# Am I being a crazed wife??



## Piecukonis (Apr 3, 2010)

Hi everyone!!! This is my 1st post and I am glad to come across this board on a day like today. 

This situation I am in is not abnormal for my marriage so I'll just tell u guys what happened over the last week and see if I am nuts or if hubby has lost interest in me and in being a dad.....

Last Wednesday hubby goes straight to the golf range as soon as he gets off work for 2 hours comes home and plops down in front of the video games and barely looks at our 2 babies who are going to bed in just an hour he then continues to just sit there while I do dishes and get both kids bathed and in bed. 

The things around the house he agreed to do for going to play golf was still left unfinished when I got up the next morning.

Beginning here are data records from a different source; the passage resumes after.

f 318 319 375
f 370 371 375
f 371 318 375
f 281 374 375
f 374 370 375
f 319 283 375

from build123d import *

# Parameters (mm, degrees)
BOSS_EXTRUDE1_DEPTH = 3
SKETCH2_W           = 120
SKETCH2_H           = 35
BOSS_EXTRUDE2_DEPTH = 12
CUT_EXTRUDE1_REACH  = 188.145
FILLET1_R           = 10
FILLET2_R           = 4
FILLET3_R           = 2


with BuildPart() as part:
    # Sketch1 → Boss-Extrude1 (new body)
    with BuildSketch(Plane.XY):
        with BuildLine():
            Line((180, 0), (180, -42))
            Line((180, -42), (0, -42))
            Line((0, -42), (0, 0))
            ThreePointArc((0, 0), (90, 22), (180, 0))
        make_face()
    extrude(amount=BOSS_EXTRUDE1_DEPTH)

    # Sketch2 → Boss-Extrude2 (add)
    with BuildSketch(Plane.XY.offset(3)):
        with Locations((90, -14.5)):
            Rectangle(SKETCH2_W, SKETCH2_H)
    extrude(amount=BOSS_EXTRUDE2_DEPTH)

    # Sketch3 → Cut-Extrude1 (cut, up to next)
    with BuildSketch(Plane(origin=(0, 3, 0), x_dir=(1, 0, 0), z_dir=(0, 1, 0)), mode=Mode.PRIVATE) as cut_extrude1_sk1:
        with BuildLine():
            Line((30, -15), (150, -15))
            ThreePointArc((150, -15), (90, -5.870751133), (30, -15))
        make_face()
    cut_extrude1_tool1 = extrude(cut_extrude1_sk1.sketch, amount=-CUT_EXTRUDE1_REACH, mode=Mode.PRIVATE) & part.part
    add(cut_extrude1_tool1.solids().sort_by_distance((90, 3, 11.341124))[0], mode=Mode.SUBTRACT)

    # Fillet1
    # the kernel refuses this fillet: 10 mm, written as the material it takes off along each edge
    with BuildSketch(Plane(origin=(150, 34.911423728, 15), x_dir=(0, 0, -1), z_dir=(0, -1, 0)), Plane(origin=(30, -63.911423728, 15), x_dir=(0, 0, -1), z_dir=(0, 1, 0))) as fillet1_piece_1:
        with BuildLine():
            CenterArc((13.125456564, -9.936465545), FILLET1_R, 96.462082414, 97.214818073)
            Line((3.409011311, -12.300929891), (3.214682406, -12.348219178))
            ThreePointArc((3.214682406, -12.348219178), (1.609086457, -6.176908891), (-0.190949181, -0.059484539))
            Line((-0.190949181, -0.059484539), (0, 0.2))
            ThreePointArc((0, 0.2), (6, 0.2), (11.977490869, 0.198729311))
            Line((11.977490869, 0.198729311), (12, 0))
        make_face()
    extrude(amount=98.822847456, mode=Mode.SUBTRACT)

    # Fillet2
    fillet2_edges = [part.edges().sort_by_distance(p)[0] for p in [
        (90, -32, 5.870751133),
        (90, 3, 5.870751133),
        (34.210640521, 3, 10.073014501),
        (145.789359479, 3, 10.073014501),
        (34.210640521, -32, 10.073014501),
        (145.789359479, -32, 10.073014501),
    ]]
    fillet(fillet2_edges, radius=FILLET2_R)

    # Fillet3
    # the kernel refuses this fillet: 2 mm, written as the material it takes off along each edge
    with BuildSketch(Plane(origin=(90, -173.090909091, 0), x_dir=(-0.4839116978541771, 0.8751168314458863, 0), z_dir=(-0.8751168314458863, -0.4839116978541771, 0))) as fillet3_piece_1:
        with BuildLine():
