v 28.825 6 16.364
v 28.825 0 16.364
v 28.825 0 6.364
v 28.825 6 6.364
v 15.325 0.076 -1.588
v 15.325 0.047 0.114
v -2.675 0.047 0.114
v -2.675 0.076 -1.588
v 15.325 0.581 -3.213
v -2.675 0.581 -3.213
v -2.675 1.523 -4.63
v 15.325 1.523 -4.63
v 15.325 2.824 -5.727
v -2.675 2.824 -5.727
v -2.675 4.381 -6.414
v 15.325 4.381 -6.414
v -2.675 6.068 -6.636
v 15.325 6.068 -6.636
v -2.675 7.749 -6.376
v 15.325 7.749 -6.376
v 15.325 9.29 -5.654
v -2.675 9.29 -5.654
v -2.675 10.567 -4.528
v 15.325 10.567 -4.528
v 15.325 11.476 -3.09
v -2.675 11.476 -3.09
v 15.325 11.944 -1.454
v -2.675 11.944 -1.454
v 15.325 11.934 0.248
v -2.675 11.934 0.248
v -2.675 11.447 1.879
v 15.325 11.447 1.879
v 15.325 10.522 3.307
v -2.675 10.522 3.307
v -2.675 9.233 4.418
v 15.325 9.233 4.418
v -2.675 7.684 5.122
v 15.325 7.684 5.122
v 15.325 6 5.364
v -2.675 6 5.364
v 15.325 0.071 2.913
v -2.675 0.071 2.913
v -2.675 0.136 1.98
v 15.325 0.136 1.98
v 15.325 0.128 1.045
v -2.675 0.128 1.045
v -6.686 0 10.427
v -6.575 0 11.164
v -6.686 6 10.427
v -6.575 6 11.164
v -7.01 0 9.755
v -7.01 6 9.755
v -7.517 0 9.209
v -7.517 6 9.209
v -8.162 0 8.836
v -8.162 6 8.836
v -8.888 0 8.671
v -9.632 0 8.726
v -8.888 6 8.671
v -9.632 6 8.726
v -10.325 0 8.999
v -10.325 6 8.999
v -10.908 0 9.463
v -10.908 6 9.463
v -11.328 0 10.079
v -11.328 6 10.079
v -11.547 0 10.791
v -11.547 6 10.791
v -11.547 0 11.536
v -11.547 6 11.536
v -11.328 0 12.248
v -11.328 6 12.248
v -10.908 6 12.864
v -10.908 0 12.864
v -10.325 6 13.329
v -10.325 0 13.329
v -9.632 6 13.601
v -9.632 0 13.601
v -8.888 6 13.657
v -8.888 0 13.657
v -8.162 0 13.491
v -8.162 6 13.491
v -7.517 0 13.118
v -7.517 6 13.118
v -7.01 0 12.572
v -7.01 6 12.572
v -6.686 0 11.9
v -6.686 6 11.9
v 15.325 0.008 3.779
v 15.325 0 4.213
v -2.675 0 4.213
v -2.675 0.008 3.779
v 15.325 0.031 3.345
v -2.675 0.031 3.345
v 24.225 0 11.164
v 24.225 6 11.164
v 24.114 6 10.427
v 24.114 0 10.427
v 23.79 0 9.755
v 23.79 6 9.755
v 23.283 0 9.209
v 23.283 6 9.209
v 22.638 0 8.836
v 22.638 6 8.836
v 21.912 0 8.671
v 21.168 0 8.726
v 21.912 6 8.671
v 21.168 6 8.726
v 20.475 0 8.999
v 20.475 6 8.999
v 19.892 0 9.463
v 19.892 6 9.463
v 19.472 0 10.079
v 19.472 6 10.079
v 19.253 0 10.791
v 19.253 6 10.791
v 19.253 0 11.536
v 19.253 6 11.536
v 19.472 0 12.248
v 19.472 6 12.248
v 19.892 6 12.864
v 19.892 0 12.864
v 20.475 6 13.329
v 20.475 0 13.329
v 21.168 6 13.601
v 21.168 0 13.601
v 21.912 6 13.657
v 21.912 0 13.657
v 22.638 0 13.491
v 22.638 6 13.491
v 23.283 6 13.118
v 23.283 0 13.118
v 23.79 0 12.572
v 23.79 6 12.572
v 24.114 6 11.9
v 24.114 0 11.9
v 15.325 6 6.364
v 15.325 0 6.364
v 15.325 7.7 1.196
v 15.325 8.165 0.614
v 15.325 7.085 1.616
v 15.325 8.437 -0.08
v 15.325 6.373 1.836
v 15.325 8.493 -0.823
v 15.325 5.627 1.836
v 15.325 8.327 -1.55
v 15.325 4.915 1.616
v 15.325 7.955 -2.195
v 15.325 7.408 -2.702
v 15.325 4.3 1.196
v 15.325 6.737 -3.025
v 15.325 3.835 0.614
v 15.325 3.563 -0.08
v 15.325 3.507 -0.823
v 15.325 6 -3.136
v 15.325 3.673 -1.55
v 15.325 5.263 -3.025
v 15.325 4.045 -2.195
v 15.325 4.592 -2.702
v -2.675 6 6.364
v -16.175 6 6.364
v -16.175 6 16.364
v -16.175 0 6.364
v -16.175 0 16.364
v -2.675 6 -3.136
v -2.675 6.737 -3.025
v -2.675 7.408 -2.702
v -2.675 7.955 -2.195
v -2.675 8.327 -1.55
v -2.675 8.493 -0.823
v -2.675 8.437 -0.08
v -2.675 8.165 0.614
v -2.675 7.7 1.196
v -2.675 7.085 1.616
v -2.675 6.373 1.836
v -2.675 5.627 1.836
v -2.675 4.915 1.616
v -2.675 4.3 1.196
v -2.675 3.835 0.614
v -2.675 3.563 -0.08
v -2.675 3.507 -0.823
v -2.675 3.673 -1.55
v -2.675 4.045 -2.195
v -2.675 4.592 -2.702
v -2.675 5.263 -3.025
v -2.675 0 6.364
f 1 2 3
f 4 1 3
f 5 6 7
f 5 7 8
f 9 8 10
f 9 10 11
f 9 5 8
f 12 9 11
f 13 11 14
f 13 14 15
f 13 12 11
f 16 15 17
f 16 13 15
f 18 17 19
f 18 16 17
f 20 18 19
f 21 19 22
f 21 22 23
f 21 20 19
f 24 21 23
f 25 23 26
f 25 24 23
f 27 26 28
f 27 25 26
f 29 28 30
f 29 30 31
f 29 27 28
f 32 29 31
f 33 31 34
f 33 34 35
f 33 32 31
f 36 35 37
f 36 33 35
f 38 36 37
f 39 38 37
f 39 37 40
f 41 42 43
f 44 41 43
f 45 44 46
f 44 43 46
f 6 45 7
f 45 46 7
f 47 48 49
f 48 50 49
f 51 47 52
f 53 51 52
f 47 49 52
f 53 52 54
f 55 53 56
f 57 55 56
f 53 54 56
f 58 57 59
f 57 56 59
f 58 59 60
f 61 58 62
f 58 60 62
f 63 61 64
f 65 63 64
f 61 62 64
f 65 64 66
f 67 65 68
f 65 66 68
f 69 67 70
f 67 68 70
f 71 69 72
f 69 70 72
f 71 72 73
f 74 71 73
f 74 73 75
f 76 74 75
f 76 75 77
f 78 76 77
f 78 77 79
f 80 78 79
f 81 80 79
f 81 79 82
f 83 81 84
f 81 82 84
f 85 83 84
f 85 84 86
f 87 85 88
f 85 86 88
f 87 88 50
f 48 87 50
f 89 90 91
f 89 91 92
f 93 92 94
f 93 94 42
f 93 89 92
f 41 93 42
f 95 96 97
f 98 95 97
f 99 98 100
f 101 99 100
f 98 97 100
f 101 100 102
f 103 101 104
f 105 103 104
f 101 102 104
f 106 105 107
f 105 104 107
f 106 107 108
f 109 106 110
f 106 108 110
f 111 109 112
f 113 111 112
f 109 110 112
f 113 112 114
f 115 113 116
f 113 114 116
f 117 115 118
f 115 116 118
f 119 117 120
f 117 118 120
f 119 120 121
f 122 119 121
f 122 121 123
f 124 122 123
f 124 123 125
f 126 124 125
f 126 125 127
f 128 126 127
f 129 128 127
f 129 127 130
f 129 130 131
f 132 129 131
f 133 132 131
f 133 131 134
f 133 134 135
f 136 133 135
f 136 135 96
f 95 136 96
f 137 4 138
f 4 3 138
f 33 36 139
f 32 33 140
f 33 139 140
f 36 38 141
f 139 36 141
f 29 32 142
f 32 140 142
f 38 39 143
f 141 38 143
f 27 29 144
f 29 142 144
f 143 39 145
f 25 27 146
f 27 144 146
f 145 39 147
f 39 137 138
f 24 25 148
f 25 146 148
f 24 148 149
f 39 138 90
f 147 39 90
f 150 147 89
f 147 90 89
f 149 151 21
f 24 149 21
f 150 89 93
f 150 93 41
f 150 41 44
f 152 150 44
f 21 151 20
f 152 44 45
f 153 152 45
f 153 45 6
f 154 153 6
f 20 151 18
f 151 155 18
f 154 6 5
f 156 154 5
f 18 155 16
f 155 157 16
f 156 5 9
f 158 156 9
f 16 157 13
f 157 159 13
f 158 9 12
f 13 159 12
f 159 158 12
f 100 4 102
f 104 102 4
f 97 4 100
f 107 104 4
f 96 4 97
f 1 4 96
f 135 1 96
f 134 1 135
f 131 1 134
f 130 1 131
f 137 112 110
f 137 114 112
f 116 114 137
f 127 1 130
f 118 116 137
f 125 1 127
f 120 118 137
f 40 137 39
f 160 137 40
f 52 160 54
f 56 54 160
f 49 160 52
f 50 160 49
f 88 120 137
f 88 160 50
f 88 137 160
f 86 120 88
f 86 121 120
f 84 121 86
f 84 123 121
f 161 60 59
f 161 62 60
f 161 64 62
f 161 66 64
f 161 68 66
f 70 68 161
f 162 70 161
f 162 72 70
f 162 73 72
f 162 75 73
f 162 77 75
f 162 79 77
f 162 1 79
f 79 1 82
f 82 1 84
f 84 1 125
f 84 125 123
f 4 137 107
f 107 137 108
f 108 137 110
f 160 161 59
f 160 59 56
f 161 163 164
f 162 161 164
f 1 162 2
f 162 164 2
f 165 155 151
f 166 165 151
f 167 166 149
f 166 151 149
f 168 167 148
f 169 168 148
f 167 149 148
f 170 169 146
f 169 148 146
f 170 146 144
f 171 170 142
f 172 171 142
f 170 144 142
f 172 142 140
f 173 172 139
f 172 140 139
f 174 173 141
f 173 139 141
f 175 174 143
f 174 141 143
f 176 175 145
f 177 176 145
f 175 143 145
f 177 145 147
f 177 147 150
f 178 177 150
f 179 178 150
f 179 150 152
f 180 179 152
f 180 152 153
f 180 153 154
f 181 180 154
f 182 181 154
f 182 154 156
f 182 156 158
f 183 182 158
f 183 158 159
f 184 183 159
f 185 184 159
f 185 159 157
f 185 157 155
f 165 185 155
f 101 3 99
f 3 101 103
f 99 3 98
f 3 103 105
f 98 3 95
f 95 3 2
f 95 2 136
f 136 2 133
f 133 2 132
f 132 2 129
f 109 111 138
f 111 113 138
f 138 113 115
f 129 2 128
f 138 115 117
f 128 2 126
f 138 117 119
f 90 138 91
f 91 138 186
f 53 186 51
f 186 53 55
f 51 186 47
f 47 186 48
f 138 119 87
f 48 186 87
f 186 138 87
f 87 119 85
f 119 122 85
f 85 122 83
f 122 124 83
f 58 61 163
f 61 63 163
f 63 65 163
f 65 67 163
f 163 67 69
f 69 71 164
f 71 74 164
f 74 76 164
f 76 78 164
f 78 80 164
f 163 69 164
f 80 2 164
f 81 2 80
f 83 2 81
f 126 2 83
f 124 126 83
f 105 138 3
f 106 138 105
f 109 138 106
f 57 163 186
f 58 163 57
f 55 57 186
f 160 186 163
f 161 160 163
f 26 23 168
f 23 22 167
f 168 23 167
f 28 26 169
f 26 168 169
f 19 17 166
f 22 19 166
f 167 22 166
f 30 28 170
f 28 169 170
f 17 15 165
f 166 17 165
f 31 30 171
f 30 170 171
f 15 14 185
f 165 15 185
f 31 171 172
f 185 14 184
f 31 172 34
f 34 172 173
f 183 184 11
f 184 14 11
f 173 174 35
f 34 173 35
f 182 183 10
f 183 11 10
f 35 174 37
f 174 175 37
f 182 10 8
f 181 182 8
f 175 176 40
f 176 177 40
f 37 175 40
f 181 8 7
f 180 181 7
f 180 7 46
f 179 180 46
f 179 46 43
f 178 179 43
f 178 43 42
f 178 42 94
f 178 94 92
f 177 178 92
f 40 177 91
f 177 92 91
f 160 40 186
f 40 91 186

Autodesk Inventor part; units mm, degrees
ref_plane "YZ Plane" through (0, 0, 0) normal (1, 0, 0) x (0, 1, 0)
ref_plane "XZ Plane" through (0, 0, 0) normal (0, 1, 0) x (-1, 0, 0)
sketch "Sketch1" plane through (0, 0, 0) normal (0, 1, 0) x (-1, 0, 0)
  line L0 (16.1753, 16.3636) -> (-28.8247, 16.3636)
  line L1 (-28.8247, 16.3636) -> (-28.8247, 6.3636)
  line L2 (16.1753, 6.3636) -> (16.1753, 16.3636)
  line L3 (-17.8247, 6.3636) -> (-17.8247, 1.3636)
  line L4 (-17.8247, 1.3636) -> (5.1753, 1.3636)
  line L5 (5.1753, 1.3636) -> (5.1753, 6.3636)
  line L6 (-28.8247, 6.3636) -> (-17.8247, 6.3636)
  line L7 (5.1753, 6.3636) -> (16.1753, 6.3636)
  point P0 (0, 0)
  dimension "d4" = 45
  dimension "d5" = 5
  dimension "d6" = 5
  dimension "d7" = 11
  dimension "d8" = 11
  dimension "d9" = 23
  dimension "d10" = 10
extrude "Extrusion1" add sketch "Sketch1" along normal blind 6
sketch "Sketch4" plane through (17.8247, 0, 6.3636) normal (1, 0, 0) x (0, 0, -1)
  circle A0 centre (7, 6) radius 6
  line L0 (0, 6) -> (5, 6) projected
  line L1 (0, 0) -> (0, 6) projected
  point P0 (6.3636, 0)
  dimension "d20" = 12
  dimension "d21" = 0
  dimension "d36" = 7
extrude "Extrusion4" add sketch "Sketch4" against normal up to surface (23 mm away)
fillet "Fillet1" radius 12 2 edges at (6.3247, 0.3431, 1.3636) (6.3247, 0, 1.3636)
sketch "Sketch5" plane through (17.8247, 0, 6.3636) normal (1, 0, 0) x (0, 0, -1)
  circle A0 centre (7, 6) radius 6 projected
  circle A1 centre (7, 6) radius 2.5
  point P0 (6.3636, 0)
  point P1 (1, 6)
  point P2 (6.25, 0.0471)
  dimension "d27" = 5
extrude "Extrusion5" cut sketch "Sketch5" against normal through all contours A1
ref_plane "Work Plane1" through (17.8247, 6, -6.6364) normal (0, 0, 1) x (1, 0, 0)
sketch "Sketch6" plane through (0, 6, 0) normal (0, 1, 0) x (1, 0, 0)
  circle A0 centre (-9.0753, -11.1636) radius 2.5
  circle A1 centre (21.7247, -11.1636) radius 2.5
  line L0 (37.8247, 6.6364) -> (-25.1753, 6.6364) projected
  line L1 (28.8247, -16.3636) -> (28.8247, -6.3636) projected
  line L2 (-16.1753, -6.3636) -> (-16.1753, -16.3636) projected
  point P0 (0, 0)
  dimension "d33" = 5
  dimension "d34" = 5
  dimension "d35" = 17.8
  dimension "d37" = 17.8
  dimension "d38" = 7.1
  dimension "d39" = 30.8
  dimension "d40" = 7.1
extrude "Extrusion6" cut sketch "Sketch6" against normal through all
move faces "Move1" translate (-2.5, 0, 0) faces at (17.8247, 3.6127, 3.7179)
move faces "Move2" translate (2.5, 0, 0) faces at (-5.1753, 3.6127, 3.7179) (1.658, 5.7988, -3.1283)
properties part number "Cerniera 1"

I did his chores. 

Now here is Friday...he does not even come home and goes straight out for night fishing. he knows and I have asked for his help regarding baking a Easter cake, I have lots of cleaning, cooking, the kids, shopping, etc to do and he basically shut off his phone and I have no idea what time he is coming home. 

It is Easter and holidays are very important to me and I want the kids to feel like holidays are special family times but my hubby actually told me that the guys are wanting to go mushroom hunting on Sunday!!!!

I feel like he never wants to be with me or the kids let alone recognize that I am always holding down the fort while he gets tons of down time and "play" time.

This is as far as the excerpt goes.